Last year, I attended the first XY Planning Network conference, #XYPN15. I had recently passed my one-year mark with a fee-only financial planning firm and received my CERTIFIED FINANCIAL PLANNER™ designation.
Last year’s conference helped inspire me to launch a meaningful project, and I’m excited to attend this year’s conference to receive further inspiration and learn even more from both the presenters and the attendees.
Here’s how I was able to get the most out of the conference and what these steps specifically led me to do after it had ended.
Explore Your Curiosity
I went into the conference hoping to absorb as much information as I could. Working for a fee-only firm is my fourth job (in my third field) since graduating from college. I finally felt I had found the right industry but recognized I had several questions and a lot to learn. (I’m still navigating my own niche within the world of personal finance.) I knew I could learn by listening, and I was curious about a lot of things.

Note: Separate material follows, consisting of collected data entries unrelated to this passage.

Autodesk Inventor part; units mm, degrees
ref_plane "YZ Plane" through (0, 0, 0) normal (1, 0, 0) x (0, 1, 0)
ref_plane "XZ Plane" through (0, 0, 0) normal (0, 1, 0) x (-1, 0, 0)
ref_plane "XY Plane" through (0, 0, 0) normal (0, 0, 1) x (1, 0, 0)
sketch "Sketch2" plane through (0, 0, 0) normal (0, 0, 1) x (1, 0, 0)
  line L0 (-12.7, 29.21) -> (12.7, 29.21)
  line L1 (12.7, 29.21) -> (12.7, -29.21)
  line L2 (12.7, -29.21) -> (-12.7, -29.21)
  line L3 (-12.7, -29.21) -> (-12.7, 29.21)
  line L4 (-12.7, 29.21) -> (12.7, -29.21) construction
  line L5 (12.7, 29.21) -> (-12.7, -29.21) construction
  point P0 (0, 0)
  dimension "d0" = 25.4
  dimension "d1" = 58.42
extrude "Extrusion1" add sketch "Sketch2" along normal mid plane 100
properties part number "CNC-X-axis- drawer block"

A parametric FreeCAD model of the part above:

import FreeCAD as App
import Part
import Sketcher
Q = App.Units.Quantity

doc = App.newDocument("Part")
body = doc.addObject("PartDesign::Body", "Body")

sketch1 = doc.addObject("Sketcher::SketchObject", "Sketch")
body.addObject(sketch1)
sketch1.AttachmentSupport = (doc.XY_Plane, [""])
sketch1.MapMode = "FlatFace"
sketch1.addGeometry([
    Part.LineSegment(App.Vector(13, 29, 0), App.Vector(-13, 29, 0)),
    Part.LineSegment(App.Vector(-13, 29, 0), App.Vector(-13, -29, 0)),
    Part.LineSegment(App.Vector(-13, -29, 0), App.Vector(13, -29, 0)),
    Part.LineSegment(App.Vector(13, -29, 0), App.Vector(13, 29, 0)),
], False)
sketch1.addConstraint([
    Sketcher.Constraint("Coincident", 0, 2, 1, 1),
    Sketcher.Constraint("Coincident", 1, 2, 2, 1),
    Sketcher.Constraint("Coincident", 2, 2, 3, 1),
    Sketcher.Constraint("Coincident", 3, 2, 0, 1),
    Sketcher.Constraint("Horizontal", 0),
    Sketcher.Constraint("Vertical", 1),
    Sketcher.Constraint("Horizontal", 2),
    Sketcher.Constraint("Vertical", 3),
    Sketcher.Constraint("Symmetric", 0, 2, 2, 2, -1, 1),
    Sketcher.Constraint("DistanceX", 0, 2, 0, 1, Q("1 in")),
    Sketcher.Constraint("DistanceY", 1, 2, 1, 1, Q("2.3 in")),
])
pad1 = doc.addObject("PartDesign::Pad", "Pad")
body.addObject(pad1)
pad1.Profile = sketch1
pad1.Length = Q("3.9370079 in")
pad1.Midplane = True

doc.recompute()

To explore my curiosity, I did some research ahead of time to decide which sessions I especially wanted to attend. For me, this included Carl Richard’s keynote, as well as panel discussions on the monthly retainer model and niche marketing.
There were other sessions I thought would be interesting and relevant, but if I found myself engaged in a meaningful conversation, it was well worth the time to explore my curiosity through the conversation and skip the current session. (Fortunately, there was plenty of time built into the schedule to do to both!)
I went to the conference unsure of where I would thrive most within the profession. While I did not think starting my own firm at the time was the right decision for me, I wanted to confirm those thoughts.
I talked with as many people as I could, asking them questions about what they do, why they decided to attend the conference, and what their career path has looked like so far. I learned from the experiences and perspectives of many – whether they had just started a firm, were thinking of doing so, or specifically decided not to.
I talked to attendees who worked for Registered Investment Advisors (RIAs) in both client-facing and non-client-facing roles, as well as those who worked within the industry but not inside in a firm – working instead in financial education or technology.
I often need to remind myself I don’t need to know the end goal of my career today. (I can be impatient!) This is, at least in part, because I am sure my “end goal” will change over time.
It seems when we get to the “end,” we’re then ready for the next challenge. While I don’t see a clear path telling me to do A, which will lead to B, and ultimately get me to my final destination, C, I remind myself to explore what I am curious about right now and see where it takes me.
Make a Friend
Through the many conversations I had, I was able to find a few people I easily connected with. It helps when so many peers are in the same place…no offense to the old white guys in suits!
These friendships were valuable during the conference because we could share our reactions to different speakers and bounce our own ideas off each other. These relationships continued after the conference and have been great resources for questions, encouragement, and friendship.
I think it’s important to learn from a lot of people but also have a few trusted friends in the industry you can count on. #XYPN16 is a great place to make these connections.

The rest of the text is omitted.